From 23eb4283e9e316297670ee85bd67a3c2d218be13 Mon Sep 17 00:00:00 2001
From: Firstyear <william@blackhats.net.au>
Date: Tue, 27 Jun 2023 10:09:19 +1000
Subject: [PATCH] Improve tpm key generation - improve unix config for tpms.
 (#1782)

---
 libs/crypto/src/lib.rs                     | 20 +++++++-
 unix_integration/src/cache.rs              |  6 +--
 unix_integration/src/constants.rs          |  1 +
 unix_integration/src/daemon.rs             |  2 +-
 unix_integration/src/db.rs                 | 60 +++++++++++-----------
 unix_integration/src/unix_config.rs        | 56 ++++++++++++++++----
 unix_integration/tests/cache_layer_test.rs |  3 +-
 7 files changed, 101 insertions(+), 47 deletions(-)

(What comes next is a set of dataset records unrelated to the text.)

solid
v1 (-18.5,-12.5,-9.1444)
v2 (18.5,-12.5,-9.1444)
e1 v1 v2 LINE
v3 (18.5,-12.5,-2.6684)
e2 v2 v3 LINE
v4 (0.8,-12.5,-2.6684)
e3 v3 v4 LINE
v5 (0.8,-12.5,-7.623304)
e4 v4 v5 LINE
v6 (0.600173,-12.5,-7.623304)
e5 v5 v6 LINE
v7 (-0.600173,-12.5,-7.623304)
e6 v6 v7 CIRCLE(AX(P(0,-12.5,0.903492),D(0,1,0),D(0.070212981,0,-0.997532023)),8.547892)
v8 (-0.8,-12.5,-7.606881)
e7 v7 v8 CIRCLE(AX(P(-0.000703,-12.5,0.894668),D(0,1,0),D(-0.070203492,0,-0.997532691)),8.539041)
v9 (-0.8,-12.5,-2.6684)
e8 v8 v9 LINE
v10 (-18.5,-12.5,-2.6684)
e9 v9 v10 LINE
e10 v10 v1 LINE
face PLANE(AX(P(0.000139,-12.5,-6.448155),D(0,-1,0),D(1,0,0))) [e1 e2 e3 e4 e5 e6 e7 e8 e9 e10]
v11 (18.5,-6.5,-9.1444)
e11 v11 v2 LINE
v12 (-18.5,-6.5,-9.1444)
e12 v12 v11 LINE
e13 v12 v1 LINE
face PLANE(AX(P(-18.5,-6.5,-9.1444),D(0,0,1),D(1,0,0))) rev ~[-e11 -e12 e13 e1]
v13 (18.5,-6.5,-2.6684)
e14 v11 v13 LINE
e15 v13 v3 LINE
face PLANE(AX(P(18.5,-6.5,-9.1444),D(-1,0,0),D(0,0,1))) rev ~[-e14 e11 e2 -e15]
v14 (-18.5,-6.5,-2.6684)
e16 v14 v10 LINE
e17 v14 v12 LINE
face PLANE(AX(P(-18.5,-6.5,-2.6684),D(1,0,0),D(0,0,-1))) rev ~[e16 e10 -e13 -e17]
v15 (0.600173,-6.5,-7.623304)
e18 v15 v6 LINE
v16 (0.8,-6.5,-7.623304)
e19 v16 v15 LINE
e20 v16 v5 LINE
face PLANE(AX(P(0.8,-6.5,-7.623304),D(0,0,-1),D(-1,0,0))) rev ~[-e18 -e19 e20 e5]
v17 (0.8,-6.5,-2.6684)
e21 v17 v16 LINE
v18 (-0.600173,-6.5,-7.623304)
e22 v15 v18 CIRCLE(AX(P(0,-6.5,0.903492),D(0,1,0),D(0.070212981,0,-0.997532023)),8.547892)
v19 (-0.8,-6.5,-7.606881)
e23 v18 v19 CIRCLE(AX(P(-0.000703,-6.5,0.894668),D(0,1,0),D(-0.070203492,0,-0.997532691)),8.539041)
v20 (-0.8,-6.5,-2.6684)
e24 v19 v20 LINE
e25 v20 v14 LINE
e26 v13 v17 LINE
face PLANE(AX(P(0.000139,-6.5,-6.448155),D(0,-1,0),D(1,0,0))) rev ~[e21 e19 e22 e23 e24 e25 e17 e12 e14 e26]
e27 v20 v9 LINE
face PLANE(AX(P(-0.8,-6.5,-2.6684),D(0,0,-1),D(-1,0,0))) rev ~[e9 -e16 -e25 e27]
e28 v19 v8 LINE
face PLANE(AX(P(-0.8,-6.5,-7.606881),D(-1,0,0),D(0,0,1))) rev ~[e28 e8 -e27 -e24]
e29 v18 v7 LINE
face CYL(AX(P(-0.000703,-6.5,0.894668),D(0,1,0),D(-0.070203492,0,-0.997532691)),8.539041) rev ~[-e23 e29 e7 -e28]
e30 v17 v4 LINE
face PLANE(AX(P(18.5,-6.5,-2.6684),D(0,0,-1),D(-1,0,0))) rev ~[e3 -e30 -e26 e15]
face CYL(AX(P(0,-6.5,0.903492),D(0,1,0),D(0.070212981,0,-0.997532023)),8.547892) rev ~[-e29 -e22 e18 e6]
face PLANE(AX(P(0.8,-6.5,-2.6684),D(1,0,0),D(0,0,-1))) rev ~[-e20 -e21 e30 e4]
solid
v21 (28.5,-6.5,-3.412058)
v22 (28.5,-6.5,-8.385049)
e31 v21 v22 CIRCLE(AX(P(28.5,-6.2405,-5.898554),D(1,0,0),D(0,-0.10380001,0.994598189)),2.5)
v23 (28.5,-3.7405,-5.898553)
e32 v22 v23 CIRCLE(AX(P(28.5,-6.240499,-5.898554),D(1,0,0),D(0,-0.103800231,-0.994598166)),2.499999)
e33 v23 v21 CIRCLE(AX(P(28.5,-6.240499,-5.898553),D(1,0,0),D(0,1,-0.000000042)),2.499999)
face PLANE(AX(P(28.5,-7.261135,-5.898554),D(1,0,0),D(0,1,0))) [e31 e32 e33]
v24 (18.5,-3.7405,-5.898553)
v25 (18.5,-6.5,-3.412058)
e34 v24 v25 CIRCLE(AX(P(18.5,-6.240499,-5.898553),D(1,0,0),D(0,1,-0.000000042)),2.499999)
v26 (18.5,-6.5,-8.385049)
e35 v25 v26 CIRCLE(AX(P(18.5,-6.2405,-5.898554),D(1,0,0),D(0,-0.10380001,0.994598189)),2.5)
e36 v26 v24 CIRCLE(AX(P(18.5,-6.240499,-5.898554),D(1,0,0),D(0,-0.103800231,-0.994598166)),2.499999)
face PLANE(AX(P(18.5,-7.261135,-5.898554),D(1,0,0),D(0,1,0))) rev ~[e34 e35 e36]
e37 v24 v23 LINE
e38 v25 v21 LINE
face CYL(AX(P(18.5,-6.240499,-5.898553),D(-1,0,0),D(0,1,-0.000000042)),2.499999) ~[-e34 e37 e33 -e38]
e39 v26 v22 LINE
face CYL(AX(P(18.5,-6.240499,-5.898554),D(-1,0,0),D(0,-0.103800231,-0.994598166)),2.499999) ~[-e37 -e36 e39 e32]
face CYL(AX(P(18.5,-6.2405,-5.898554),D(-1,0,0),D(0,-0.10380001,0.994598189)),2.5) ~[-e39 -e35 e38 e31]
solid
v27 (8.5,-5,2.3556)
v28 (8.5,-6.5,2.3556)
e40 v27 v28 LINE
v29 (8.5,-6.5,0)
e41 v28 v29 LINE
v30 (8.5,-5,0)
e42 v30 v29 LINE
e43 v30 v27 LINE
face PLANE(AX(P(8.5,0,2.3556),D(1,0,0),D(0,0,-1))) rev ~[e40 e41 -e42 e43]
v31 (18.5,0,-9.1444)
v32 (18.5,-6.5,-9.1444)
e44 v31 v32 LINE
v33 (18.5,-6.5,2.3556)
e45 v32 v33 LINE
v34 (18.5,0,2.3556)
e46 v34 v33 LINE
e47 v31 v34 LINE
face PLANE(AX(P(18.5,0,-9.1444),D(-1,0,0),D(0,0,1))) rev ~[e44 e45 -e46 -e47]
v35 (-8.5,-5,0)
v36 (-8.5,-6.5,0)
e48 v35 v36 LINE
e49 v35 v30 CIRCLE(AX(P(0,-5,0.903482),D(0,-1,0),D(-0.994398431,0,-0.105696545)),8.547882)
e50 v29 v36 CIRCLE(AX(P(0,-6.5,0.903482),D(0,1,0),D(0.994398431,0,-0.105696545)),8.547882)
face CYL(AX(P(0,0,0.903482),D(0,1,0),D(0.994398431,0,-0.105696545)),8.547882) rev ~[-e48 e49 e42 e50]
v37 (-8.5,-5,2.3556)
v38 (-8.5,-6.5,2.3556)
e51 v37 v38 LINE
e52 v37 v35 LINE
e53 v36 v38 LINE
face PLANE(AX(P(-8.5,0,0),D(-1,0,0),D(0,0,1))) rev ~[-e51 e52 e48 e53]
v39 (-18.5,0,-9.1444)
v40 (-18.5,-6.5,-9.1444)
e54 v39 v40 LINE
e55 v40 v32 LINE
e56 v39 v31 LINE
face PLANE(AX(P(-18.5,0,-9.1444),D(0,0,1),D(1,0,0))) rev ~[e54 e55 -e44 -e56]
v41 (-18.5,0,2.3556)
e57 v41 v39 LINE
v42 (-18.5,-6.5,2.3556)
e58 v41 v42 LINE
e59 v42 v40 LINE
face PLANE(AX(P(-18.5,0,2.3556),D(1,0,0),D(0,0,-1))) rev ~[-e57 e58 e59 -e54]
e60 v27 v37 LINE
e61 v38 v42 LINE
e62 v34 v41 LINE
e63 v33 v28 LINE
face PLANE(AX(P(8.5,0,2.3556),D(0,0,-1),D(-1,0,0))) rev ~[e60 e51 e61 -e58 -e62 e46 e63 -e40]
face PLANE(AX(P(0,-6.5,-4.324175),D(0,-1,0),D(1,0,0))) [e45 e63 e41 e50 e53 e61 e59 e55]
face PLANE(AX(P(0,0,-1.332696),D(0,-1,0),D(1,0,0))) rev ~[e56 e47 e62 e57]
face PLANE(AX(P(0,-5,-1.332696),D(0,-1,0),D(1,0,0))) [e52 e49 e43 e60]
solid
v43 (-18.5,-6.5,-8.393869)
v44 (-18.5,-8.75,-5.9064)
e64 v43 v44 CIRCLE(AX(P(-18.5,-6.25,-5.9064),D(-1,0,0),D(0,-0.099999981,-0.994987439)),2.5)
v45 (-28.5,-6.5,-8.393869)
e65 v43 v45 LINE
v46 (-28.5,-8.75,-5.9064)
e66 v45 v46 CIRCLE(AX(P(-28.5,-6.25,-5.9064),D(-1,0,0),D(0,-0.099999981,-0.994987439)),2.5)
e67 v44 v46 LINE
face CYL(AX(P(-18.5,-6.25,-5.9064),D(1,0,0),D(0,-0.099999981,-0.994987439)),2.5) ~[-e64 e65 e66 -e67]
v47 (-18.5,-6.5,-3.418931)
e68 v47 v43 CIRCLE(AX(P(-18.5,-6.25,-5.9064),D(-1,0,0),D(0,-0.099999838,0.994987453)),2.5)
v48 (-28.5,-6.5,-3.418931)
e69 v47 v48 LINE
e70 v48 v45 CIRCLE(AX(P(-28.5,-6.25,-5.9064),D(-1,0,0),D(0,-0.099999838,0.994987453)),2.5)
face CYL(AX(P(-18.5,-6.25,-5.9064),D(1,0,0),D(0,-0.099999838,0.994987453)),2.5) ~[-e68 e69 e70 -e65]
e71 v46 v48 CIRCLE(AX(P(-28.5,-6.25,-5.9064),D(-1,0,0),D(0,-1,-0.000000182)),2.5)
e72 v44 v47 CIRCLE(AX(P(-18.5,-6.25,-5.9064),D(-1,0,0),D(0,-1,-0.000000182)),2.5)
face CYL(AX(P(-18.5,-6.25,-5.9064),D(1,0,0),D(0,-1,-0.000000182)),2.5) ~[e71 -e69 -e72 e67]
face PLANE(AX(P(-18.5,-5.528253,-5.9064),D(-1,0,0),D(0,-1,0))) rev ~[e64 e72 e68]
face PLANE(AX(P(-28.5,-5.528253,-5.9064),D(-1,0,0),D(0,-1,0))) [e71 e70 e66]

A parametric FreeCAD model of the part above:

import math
import FreeCAD as App
import Part
import Sketcher

V = App.Vector
Q = App.Units.Quantity

doc = App.newDocument("Part")
params = doc.addObject("Spreadsheet::Sheet", "Params")
for row, (alias, value) in enumerate([
    ("sketch1_width", "17 mm"),
    ("pad1_length", "5 mm"),
    ("sketch2_width", "10 mm"),
    ("sketch2_width2", "37 mm"),
    ("sketch2_height", "11.5 mm"),
    ("pad2_length", "6.5 mm"),
    ("sketch3_width", "37 mm"),
    ("sketch3_width2", "17.7 mm"),
    ("pad3_length", "6 mm"),
    ("sketch4_radius", "2.5 mm"),
    ("pad4_length", "10 mm"),
    ("sketch5_radius", "2.5 mm"),
    ("pad5_length", "10 mm"),
], start=1):
    params.set(f"A{row}", alias)
    params.set(f"B{row}", "=" + value)
    params.setAlias(f"B{row}", alias)

body = doc.addObject("PartDesign::Body", "Body")

sketch1 = body.newObject("Sketcher::SketchObject", "Sketch")
sketch1.AttachmentSupport = (doc.getObject("XZ_Plane"), [""])
sketch1.MapMode = "FlatFace"
sketch1.addGeometry([
    Part.LineSegment(V(-8.5, 2.3556, 0), V(-8.5, 0, 0)),
    Part.ArcOfCircle(Part.Circle(V(0, 0.903482, 0), V(0, 0, 1), 8.547882), math.radians(-173.932701), math.radians(-6.067299)),
    Part.LineSegment(V(8.5, 0, 0), V(8.5, 2.3556, 0)),
    Part.LineSegment(V(8.5, 2.3556, 0), V(-8.5, 2.3556, 0)),
], False)
sketch1.addConstraint([
    Sketcher.Constraint("Coincident", 0, 2, 1, 1),
    Sketcher.Constraint("Coincident", 1, 2, 2, 1),
    Sketcher.Constraint("Coincident", 2, 2, 3, 1),
    Sketcher.Constraint("Coincident", 3, 2, 0, 1),
    Sketcher.Constraint("Vertical", 0),
    Sketcher.Constraint("Vertical", 2),
    Sketcher.Constraint("Horizontal", 3),
    Sketcher.Constraint("Symmetric", 0, 2, 1, 2, -1, 1),
    Sketcher.Constraint("PointOnObject", 1, 3, -2),
    Sketcher.Constraint("DistanceX", 3, 2, 3, 1, Q("17 mm")),
    Sketcher.Constraint("Radius", 1, Q("8.547882 mm")),
    Sketcher.Constraint("DistanceY", 0, 2, 0, 1, Q("2.3556 mm")),
])
sketch1.setExpression("Constraints[9]", "Params.sketch1_width")
pad1 = body.newObject("PartDesign::Pad", "Pad")
pad1.Profile = sketch1
pad1.setExpression("Length", "Params.pad1_length")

diff --git a/libs/crypto/src/lib.rs b/libs/crypto/src/lib.rs
index 0f7e396c6..0cbf5e71c 100644
--- a/libs/crypto/src/lib.rs
+++ b/libs/crypto/src/lib.rs
@@ -1179,6 +1179,23 @@ impl Password {
             structures::{Digest, KeyedHashScheme, PublicBuilder, PublicKeyedHashParameters},
         };
 
+        // We generate a digest, which is really some unique small amount of data that
+        // we save into the key context that we are going to save/load. This allows us
+        // to have unique hmac keys compared to other users of the same tpm.
+
+        let digest = tpm_ctx
+            .get_random(16)
+            .map_err(|e| {
+                error!(tpm_err = ?e, "unable to proceed, tpm error");
+                CryptoError::Tpm2
+            })
+            .and_then(|rand| {
+                Digest::try_from(rand).map_err(|e| {
+                    error!(tpm_err = ?e, "unable to proceed, tpm error");
+                    CryptoError::Tpm2
+                })
+            })?;
+
         let object_attributes = ObjectAttributesBuilder::new()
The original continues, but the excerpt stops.